Irish Minister for European Affairs and Data Protection Dara Murphy used his keynote address at the IAPP Europe Data Protection Intensive to emphasize and acknowledge the important role data protection now plays and will increasingly play in Europe. And if anyone understands the importance of smart data management to commerce, it’s Murphy. After all, the former Lord Mayor of Cork, Ireland, can say his country is the EU home of 29 of the top 30 digital companies in the world.
“One of the key priorities we set when we had our reshuffle months ago was to considerably up our role of data protection within government,” Murphy said of the recent change from former Data Protection Commissioner Billy Hawkes to Commissioner Helen Dixon. “So we have doubled our expenditure, opened a second office in Dublin and significantly increased the number of staffing.”
Part of that change was a nod to the fact that by the end of this year, there will be an estimated five billion connected “things” in circulation, anticipated to rise to 25 billion over the next four years.
“The Internet of Things is here and growing very quickly,” he said. “Against this measure, finally in Europe, we’ve moved toward moving with more energy and speed on data protection.”
That means different things for different countries within the EU, he said. But the EU government now has three commissioners with some role in the digital data space, and Murphy said the aim is to give a single point of contact to departments that handle large amounts of data—for example, the departments of health, education and social protection.
“The theory is to have a shared common practice across all departments,” he said.
And that’s because with things growing as they are, it’s going to be increasingly important to recognize and exploit the benefits to be gained through data-sharing and analytics while still maintaining the correct balance between innovation and citizens’ rights.
“Since my appointment, the pace of the data protection regulation has picked up speed, remarkable speed,” he said. And it’s a good thing, because the laws currently regulating companies like the tech giants headquartered in the EU were developed nearly a decade before they even existed. He acknowledged that reality as “ridiculous.” The work ahead, Murphy said, is to put the right of the citizen at the heart of everything lawmakers do with an eye toward reducing administrative burdens and providing a consistent application of rules that foster an environment that creates jobs and growth while simultaneously protecting civil and digital rights and privacy.
Murphy believes the currently drafted regulation hits that balance, and he’s specifically a major supporter of the one-stop-shop mechanism, despite the fact that it’s been criticized widely in some circles. Murphy believes if it’s implemented correctly, it will hugely benefit EU countries.
“It’s vital if we believe, in any sense, in a digital single market having a capacity for businesses to function,” he said.
It’s about telling the world that the EU believes in that kind of economic success, he said, or it risks sending the wrong message to the global market about how it conducts business. And it has economic merit in itself, if the numbers map anywhere near as they’re projected—some of the figures predict a savings of two billion euros per year or more, which Murphy called huge for “a continent starved of growth in the last number of years.”

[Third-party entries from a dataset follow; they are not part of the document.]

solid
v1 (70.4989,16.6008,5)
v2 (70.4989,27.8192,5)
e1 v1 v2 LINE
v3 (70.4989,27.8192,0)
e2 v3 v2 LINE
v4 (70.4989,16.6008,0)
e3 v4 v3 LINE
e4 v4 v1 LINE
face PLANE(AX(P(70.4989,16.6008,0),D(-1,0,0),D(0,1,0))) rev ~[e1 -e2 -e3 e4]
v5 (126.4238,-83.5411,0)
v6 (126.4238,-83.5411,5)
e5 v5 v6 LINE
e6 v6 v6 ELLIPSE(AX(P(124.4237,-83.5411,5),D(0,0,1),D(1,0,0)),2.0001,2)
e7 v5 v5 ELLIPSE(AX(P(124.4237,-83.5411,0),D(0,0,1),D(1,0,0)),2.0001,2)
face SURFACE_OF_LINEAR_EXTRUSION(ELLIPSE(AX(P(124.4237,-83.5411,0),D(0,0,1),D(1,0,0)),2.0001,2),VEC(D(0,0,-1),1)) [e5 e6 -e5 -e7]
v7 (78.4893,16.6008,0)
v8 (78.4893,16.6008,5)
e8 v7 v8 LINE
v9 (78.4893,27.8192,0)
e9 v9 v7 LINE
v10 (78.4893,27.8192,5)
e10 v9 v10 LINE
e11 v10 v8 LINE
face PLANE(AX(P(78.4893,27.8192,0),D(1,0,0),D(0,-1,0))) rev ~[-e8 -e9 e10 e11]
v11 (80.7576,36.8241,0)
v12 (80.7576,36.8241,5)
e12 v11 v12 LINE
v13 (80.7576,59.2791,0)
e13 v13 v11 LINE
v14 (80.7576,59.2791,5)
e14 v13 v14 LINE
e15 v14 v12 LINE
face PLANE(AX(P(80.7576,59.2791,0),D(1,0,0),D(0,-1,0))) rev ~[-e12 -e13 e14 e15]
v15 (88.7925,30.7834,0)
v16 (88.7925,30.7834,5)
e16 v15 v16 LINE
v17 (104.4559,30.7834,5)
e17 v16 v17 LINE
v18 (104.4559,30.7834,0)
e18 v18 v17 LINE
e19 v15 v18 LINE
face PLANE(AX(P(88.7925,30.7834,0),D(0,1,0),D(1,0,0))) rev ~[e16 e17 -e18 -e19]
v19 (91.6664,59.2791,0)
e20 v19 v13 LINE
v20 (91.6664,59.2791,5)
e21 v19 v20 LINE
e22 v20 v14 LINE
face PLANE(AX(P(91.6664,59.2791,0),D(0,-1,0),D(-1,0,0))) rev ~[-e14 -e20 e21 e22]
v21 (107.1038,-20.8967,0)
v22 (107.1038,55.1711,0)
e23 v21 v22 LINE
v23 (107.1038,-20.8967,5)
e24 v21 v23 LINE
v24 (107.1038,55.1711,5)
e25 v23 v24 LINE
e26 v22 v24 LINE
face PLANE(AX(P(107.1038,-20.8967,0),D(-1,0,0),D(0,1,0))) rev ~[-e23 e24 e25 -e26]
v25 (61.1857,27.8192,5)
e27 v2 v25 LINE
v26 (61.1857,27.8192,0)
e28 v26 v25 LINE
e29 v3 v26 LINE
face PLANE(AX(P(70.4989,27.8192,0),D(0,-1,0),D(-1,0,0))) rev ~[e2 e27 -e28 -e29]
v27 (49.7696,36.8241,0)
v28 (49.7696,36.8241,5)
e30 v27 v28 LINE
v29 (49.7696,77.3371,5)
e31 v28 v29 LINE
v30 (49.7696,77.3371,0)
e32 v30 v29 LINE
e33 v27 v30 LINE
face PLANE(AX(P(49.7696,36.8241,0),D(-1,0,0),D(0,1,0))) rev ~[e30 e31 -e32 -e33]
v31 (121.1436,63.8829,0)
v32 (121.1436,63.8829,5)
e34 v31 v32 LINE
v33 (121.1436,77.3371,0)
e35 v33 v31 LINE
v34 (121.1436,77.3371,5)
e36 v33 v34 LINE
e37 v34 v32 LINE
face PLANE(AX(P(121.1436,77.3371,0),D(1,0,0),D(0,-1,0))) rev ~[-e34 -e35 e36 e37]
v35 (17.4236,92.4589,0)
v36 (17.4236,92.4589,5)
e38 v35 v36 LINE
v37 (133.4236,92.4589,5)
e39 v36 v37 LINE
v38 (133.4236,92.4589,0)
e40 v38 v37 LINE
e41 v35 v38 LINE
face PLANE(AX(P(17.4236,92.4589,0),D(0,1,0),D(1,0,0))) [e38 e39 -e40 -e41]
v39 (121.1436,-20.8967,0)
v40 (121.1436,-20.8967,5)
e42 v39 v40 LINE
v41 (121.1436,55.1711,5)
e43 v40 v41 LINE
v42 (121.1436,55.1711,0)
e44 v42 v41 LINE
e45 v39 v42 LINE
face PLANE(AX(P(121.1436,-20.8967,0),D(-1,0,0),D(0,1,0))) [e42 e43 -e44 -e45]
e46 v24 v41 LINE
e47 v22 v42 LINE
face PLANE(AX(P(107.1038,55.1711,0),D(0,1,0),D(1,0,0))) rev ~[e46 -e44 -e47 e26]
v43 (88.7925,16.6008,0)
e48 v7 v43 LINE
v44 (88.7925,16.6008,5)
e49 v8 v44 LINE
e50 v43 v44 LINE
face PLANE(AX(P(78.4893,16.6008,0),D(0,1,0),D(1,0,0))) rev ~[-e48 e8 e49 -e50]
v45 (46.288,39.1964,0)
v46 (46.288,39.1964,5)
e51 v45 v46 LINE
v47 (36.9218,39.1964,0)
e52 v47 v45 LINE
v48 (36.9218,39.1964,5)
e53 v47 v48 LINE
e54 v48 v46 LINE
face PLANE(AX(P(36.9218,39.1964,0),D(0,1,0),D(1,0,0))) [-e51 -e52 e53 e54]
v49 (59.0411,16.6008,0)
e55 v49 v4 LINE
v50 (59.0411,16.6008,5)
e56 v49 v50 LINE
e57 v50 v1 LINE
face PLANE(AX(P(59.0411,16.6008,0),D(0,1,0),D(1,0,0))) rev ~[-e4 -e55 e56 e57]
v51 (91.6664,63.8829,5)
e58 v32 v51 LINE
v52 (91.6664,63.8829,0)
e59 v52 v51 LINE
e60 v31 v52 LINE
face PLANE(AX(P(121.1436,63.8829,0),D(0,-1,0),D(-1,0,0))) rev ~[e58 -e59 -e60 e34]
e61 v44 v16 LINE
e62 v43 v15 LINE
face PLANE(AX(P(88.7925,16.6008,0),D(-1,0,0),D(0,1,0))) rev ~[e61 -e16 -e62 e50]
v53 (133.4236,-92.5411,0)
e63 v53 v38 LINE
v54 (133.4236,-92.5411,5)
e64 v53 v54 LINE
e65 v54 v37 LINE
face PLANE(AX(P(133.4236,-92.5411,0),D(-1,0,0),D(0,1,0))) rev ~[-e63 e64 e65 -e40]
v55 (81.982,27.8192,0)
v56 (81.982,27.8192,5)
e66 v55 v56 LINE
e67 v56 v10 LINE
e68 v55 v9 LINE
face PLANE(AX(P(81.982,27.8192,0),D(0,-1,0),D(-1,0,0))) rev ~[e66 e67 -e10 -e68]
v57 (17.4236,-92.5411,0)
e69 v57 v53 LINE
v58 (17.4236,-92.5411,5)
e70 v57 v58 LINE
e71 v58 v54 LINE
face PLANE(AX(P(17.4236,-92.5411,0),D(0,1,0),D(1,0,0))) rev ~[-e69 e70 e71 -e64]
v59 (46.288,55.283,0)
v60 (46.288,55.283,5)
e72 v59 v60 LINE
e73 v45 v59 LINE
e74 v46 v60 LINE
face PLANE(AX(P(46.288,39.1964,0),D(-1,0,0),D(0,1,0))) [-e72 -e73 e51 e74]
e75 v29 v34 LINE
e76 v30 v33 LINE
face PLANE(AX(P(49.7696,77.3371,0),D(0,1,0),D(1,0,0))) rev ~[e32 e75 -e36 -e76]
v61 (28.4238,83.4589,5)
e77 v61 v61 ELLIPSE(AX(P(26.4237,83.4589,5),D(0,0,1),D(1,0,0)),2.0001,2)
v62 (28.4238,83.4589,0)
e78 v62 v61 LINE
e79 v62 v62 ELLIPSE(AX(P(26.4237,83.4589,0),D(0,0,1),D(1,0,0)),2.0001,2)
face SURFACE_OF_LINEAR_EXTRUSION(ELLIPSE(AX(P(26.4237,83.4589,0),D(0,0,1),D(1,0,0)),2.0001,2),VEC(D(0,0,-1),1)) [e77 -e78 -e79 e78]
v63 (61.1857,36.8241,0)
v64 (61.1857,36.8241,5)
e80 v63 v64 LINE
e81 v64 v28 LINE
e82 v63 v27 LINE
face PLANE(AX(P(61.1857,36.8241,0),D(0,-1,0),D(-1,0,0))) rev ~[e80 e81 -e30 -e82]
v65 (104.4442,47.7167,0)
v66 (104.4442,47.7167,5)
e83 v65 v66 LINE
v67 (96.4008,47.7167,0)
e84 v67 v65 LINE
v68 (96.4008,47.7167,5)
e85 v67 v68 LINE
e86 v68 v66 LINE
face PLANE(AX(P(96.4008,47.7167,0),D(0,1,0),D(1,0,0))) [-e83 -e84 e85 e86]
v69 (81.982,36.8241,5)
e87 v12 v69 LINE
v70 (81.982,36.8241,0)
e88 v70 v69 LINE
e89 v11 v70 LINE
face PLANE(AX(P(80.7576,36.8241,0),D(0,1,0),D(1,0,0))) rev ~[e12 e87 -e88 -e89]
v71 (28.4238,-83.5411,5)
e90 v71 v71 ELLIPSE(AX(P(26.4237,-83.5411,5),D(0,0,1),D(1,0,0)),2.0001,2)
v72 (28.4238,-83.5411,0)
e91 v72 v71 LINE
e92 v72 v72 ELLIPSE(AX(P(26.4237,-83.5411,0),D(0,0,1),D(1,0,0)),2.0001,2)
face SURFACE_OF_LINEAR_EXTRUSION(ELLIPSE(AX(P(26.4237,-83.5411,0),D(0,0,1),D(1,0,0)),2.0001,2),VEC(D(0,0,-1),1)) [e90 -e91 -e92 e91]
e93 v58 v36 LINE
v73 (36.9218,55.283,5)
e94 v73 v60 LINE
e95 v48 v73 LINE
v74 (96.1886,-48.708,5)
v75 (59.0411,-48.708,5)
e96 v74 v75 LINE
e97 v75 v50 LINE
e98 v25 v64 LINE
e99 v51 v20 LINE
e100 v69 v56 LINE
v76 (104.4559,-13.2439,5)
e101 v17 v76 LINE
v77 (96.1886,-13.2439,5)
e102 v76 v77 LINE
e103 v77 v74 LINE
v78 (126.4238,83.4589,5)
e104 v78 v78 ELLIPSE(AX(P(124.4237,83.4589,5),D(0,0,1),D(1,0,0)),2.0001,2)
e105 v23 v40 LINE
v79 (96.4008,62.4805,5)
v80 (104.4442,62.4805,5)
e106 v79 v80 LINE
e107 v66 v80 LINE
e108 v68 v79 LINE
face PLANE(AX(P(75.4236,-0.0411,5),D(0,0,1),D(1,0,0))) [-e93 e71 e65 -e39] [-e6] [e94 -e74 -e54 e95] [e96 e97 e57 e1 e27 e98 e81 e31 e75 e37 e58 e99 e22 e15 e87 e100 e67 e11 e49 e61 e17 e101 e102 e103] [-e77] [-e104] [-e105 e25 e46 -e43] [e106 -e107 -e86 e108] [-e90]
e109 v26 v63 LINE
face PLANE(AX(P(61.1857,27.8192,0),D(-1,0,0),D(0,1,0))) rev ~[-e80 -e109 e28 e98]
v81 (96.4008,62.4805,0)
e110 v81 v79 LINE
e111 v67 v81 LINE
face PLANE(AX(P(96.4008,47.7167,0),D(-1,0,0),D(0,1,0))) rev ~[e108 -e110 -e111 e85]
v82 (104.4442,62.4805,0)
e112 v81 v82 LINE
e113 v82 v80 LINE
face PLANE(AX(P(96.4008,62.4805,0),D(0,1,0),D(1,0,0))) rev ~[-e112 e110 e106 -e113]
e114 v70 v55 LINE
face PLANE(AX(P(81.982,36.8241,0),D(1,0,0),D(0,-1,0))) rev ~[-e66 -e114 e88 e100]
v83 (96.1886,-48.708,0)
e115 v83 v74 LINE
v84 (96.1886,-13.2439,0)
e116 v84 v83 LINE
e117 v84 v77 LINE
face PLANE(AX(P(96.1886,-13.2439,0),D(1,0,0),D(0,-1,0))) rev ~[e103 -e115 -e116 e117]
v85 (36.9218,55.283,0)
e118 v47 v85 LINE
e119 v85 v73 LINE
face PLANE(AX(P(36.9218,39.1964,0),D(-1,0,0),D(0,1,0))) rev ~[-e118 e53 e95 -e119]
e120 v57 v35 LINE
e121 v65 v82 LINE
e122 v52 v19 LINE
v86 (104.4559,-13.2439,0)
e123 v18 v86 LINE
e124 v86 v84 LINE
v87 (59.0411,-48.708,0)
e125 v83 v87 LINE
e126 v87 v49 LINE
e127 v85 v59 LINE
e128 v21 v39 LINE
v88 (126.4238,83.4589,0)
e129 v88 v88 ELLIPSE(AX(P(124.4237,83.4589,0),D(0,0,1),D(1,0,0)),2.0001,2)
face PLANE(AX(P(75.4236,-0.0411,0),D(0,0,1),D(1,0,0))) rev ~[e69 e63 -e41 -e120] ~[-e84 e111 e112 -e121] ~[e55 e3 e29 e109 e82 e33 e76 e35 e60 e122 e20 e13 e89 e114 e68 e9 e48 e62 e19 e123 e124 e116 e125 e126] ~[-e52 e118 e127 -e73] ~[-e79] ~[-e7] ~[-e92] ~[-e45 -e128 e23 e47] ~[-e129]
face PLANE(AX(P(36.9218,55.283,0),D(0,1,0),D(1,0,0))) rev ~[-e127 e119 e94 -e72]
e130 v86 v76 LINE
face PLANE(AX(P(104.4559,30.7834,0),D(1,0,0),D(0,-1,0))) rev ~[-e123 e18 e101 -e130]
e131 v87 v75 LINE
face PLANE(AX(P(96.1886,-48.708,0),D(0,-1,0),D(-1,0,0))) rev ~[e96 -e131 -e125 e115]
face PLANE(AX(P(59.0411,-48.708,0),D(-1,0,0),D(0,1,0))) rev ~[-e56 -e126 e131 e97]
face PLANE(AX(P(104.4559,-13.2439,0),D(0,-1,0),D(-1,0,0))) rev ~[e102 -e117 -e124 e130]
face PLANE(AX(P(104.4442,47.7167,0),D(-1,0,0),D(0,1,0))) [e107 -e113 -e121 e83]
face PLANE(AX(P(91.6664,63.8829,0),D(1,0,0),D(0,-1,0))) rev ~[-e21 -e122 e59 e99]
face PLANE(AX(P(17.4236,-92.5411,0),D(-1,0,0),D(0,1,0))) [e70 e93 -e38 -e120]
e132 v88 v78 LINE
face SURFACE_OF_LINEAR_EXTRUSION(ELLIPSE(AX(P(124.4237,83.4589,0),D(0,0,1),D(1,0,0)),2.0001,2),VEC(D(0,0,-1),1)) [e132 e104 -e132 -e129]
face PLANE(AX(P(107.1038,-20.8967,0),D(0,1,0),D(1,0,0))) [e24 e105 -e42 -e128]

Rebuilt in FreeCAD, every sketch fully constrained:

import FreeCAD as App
import Part
import Sketcher

V = App.Vector
Q = App.Units.Quantity

doc = App.newDocument("Part")
params = doc.addObject("Spreadsheet::Sheet", "Params")
for row, (alias, value) in enumerate([
    ("sketch1_width", "116 mm"),
    ("sketch1_height", "185 mm"),
    ("pad1_length", "5 mm"),
], start=1):
    params.set(f"A{row}", alias)
    params.set(f"B{row}", "=" + value)
    params.setAlias(f"B{row}", alias)

body = doc.addObject("PartDesign::Body", "Body")

sketch1 = body.newObject("Sketcher::SketchObject", "Sketch")
sketch1.AttachmentSupport = (doc.getObject("XY_Plane"), [""])
sketch1.MapMode = "FlatFace"
sketch1.addGeometry([
    Part.LineSegment(V(17.4236, 92.4589, 0), V(17.4236, -92.5411, 0)),
    Part.LineSegment(V(17.4236, -92.5411, 0), V(133.4236, -92.5411, 0)),
    Part.LineSegment(V(133.4236, -92.5411, 0), V(133.4236, 92.4589, 0)),
    Part.LineSegment(V(133.4236, 92.4589, 0), V(17.4236, 92.4589, 0)),
    Part.Ellipse(V(28.4238, -83.5411, 0), V(26.4237, -81.5411, 0), V(26.4237, -83.5411, 0)),
    Part.Ellipse(V(126.4238, -83.5411, 0), V(124.4237, -81.5411, 0), V(124.4237, -83.5411, 0)),
    Part.LineSegment(V(46.288, 39.1964, 0), V(36.9218, 39.1964, 0)),
    Part.LineSegment(V(36.9218, 39.1964, 0), V(36.9218, 55.283, 0)),
    Part.LineSegment(V(36.9218, 55.283, 0), V(46.288, 55.283, 0)),
    Part.LineSegment(V(46.288, 55.283, 0), V(46.288, 39.1964, 0)),
    Part.Ellipse(V(28.4238, 83.4589, 0), V(26.4237, 85.4589, 0), V(26.4237, 83.4589, 0)),
    Part.LineSegment(V(88.7925, 16.6008, 0), V(88.7925, 30.7834, 0)),
    Part.LineSegment(V(88.7925, 30.7834, 0), V(104.4559, 30.7834, 0)),
    Part.LineSegment(V(104.4559, 30.7834, 0), V(104.4559, -13.2439, 0)),
    Part.LineSegment(V(104.4559, -13.2439, 0), V(96.1886, -13.2439, 0)),
    Part.LineSegment(V(96.1886, -13.2439, 0), V(96.1886, -48.708, 0)),
    Part.LineSegment(V(96.1886, -48.708, 0), V(59.0411, -48.708, 0)),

On fining power, Murphy said he stands behind fines that would be fair and proportionate, but it will be important to avoid what he called “exemplary fines.” And essential to that fairness will be clear terms within the regulation so companies know how to play by the rules that will help them avoid that very steep maximum fine in the proposed reg—five percent of global turnover.
In the end, a healthy and balanced regulation means giving Europe’s future back to the next generation, Murphy said. Growth certainly isn’t going to come from European protectionism, and the effort shouldn’t be put toward treating American companies like they’re “bad” companies. Rather, Europe should strive to be emulated through innovation, competition, research and spending in Europe itself.
“We’ve got to shift the balance back toward this continent,” he continued, “and the potential that would mean for the next generation.”